National Science Day
annually on February 28th (since 1987)
In 1986, India's National Council for Science and Technology Communication (NCSTC) asked the Government of India to designate February 28th as National Science Day. First held in 1987, National Science Day marks the discovery of the Raman effect, also known as Raman scattering, which is a scattering of photons or a "change in the wavelength of light that occurs when a light beam is deflected by molecules." Sir Chandrasekhara Venkata (C.V.) Raman, an Indian physicist who worked with light scattering, discovered the effect on February 28, 1928. Raman was awarded the Nobel Prize in Physics in 1930 for this work.
National Science Day aims to inform people of the importance of science in their daily lives.

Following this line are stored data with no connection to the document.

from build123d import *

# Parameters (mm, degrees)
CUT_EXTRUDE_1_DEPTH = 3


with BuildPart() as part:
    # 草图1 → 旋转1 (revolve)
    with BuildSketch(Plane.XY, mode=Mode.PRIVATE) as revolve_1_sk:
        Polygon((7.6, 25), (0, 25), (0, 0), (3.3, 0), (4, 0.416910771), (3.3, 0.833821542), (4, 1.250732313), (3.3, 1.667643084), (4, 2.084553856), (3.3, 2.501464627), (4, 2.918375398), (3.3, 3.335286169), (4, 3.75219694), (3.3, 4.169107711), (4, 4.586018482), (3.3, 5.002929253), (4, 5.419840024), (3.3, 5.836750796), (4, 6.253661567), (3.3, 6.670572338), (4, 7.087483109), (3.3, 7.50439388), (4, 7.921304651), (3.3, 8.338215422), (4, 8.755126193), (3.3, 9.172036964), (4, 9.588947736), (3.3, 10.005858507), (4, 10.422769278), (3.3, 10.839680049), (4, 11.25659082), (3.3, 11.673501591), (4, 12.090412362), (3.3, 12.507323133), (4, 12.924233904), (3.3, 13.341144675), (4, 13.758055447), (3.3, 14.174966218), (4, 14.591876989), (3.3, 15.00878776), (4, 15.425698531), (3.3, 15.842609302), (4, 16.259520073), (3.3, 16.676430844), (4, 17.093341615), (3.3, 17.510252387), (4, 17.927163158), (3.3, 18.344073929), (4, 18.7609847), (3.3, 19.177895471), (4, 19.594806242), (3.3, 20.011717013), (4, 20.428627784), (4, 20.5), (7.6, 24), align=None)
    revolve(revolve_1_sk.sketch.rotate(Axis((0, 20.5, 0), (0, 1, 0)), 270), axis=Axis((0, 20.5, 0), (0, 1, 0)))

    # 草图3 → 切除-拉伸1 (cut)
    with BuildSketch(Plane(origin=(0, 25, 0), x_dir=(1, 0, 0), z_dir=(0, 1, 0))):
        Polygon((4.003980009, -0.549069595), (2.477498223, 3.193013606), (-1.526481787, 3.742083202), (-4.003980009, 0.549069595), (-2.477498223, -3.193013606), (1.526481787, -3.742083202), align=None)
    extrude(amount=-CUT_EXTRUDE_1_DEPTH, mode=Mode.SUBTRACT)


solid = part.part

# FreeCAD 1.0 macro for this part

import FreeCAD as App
import Part
import Sketcher
from FreeCAD import Vector
Q = App.Units.Quantity

doc = App.newDocument("Part")
params = doc.addObject("Spreadsheet::Sheet", "Params")
for row, (alias, value) in enumerate([
    ("sketch1_height", "25 mm"),
    ("sketch1_height2", "1 mm"),
    ("sketch1_width", "7.6 mm"),
    ("sketch1_width2", "3.3 mm"),
    ("revolution_angle", "360 deg"),
    ("pocket1_length", "3 mm"),
], start=1):
    params.set(f"A{row}", alias)
    params.set(f"B{row}", "=" + value)
    params.setAlias(f"B{row}", alias)

body = doc.addObject("PartDesign::Body", "Body")

sketch1 = doc.addObject("Sketcher::SketchObject", "Sketch")
body.addObject(sketch1)
sketch1.AttachmentSupport = (doc.XY_Plane, [""])
sketch1.MapMode = "FlatFace"
sketch1.addGeometry([
    Part.LineSegment(Vector(7.6, 25, 0), Vector(0, 25, 0)),
    Part.LineSegment(Vector(0, 25, 0), Vector(0, 0, 0)),
    Part.LineSegment(Vector(0, 0, 0), Vector(3.3, 0, 0)),
    Part.LineSegment(Vector(3.3, 0, 0), Vector(4, 0.42, 0)),
    Part.LineSegment(Vector(4, 0.42, 0), Vector(3.3, 0.83, 0)),
    Part.LineSegment(Vector(3.3, 0.83, 0), Vector(4, 1.25, 0)),
    Part.LineSegment(Vector(4, 1.25, 0), Vector(3.3, 1.67, 0)),
    Part.LineSegment(Vector(3.3, 1.67, 0), Vector(4, 2.08, 0)),
    Part.LineSegment(Vector(4, 2.08, 0), Vector(3.3, 2.5, 0)),
    Part.LineSegment(Vector(3.3, 2.5, 0), Vector(4, 2.92, 0)),
    Part.LineSegment(Vector(4, 2.92, 0), Vector(3.3, 3.34, 0)),
    Part.LineSegment(Vector(3.3, 3.34, 0), Vector(4, 3.75, 0)),
    Part.LineSegment(Vector(4, 3.75, 0), Vector(3.3, 4.17, 0)),
    Part.LineSegment(Vector(3.3, 4.17, 0), Vector(4, 4.59, 0)),
    Part.LineSegment(Vector(4, 4.59, 0), Vector(3.3, 5, 0)),
    Part.LineSegment(Vector(3.3, 5, 0), Vector(4, 5.42, 0)),
    Part.LineSegment(Vector(4, 5.42, 0), Vector(3.3, 5.84, 0)),
    Part.LineSegment(Vector(3.3, 5.84, 0), Vector(4, 6.25, 0)),
    Part.LineSegment(Vector(4, 6.25, 0), Vector(3.3, 6.67, 0)),
    Part.LineSegment(Vector(3.3, 6.67, 0), Vector(4, 7.09, 0)),
    Part.LineSegment(Vector(4, 7.09, 0), Vector(3.3, 7.5, 0)),
    Part.LineSegment(Vector(3.3, 7.5, 0), Vector(4, 7.92, 0)),
    Part.LineSegment(Vector(4, 7.92, 0), Vector(3.3, 8.34, 0)),
    Part.LineSegment(Vector(3.3, 8.34, 0), Vector(4, 8.76, 0)),
    Part.LineSegment(Vector(4, 8.76, 0), Vector(3.3, 9.17, 0)),
    Part.LineSegment(Vector(3.3, 9.17, 0), Vector(4, 9.59, 0)),
    Part.LineSegment(Vector(4, 9.59, 0), Vector(3.3, 10.01, 0)),
    Part.LineSegment(Vector(3.3, 10.01, 0), Vector(4, 10.42, 0)),
    Part.LineSegment(Vector(4, 10.42, 0), Vector(3.3, 10.84, 0)),
    Part.LineSegment(Vector(3.3, 10.84, 0), Vector(4, 11.26, 0)),
    Part.LineSegment(Vector(4, 11.26, 0), Vector(3.3, 11.67, 0)),
    Part.LineSegment(Vector(3.3, 11.67, 0), Vector(4, 12.09, 0)),
    Part.LineSegment(Vector(4, 12.09, 0), Vector(3.3, 12.51, 0)),
    Part.LineSegment(Vector(3.3, 12.51, 0), Vector(4, 12.92, 0)),
    Part.LineSegment(Vector(4, 12.92, 0), Vector(3.3, 13.34, 0)),
    Part.LineSegment(Vector(3.3, 13.34, 0), Vector(4, 13.76, 0)),
    Part.LineSegment(Vector(4, 13.76, 0), Vector(3.3, 14.17, 0)),
    Part.LineSegment(Vector(3.3, 14.17, 0), Vector(4, 14.59, 0)),
    Part.LineSegment(Vector(4, 14.59, 0), Vector(3.3, 15.01, 0)),
    Part.LineSegment(Vector(3.3, 15.01, 0), Vector(4, 15.43, 0)),
    Part.LineSegment(Vector(4, 15.43, 0), Vector(3.3, 15.84, 0)),
    Part.LineSegment(Vector(3.3, 15.84, 0), Vector(4, 16.26, 0)),
    Part.LineSegment(Vector(4, 16.26, 0), Vector(3.3, 16.68, 0)),
    Part.LineSegment(Vector(3.3, 16.68, 0), Vector(4, 17.09, 0)),
    Part.LineSegment(Vector(4, 17.09, 0), Vector(3.3, 17.51, 0)),
    Part.LineSegment(Vector(3.3, 17.51, 0), Vector(4, 17.93, 0)),
    Part.LineSegment(Vector(4, 17.93, 0), Vector(3.3, 18.34, 0)),
    Part.LineSegment(Vector(3.3, 18.34, 0), Vector(4, 18.76, 0)),
    Part.LineSegment(Vector(4, 18.76, 0), Vector(3.3, 19.18, 0)),
    Part.LineSegment(Vector(3.3, 19.18, 0), Vector(4, 19.59, 0)),
    Part.LineSegment(Vector(4, 19.59, 0), Vector(3.3, 20.01, 0)),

It is celebrated all over India, including in schools at all grade levels, and at other academic, research, scientific, medical, and technical institutions. It is marked with public speeches, lectures, science films, science exhibitions, television and radio events, debates, quiz competitions, and more. The National Science Popularization Awards, a part of the day, recognize "outstanding efforts in the area of science and communication." Each year there is a different theme for the day.
How to Observe National Science Day
A few ways you could mark the day include:
- Learn more about the Raman effect by reading about it online or in a book.
- Read a book about C.V. Raman.
- Watch a documentary about C.V. Raman.
- Attend a National Science Day event. See if any are taking place near you, or attend one in India.
- Explore another scientific topic or learn about another scientist.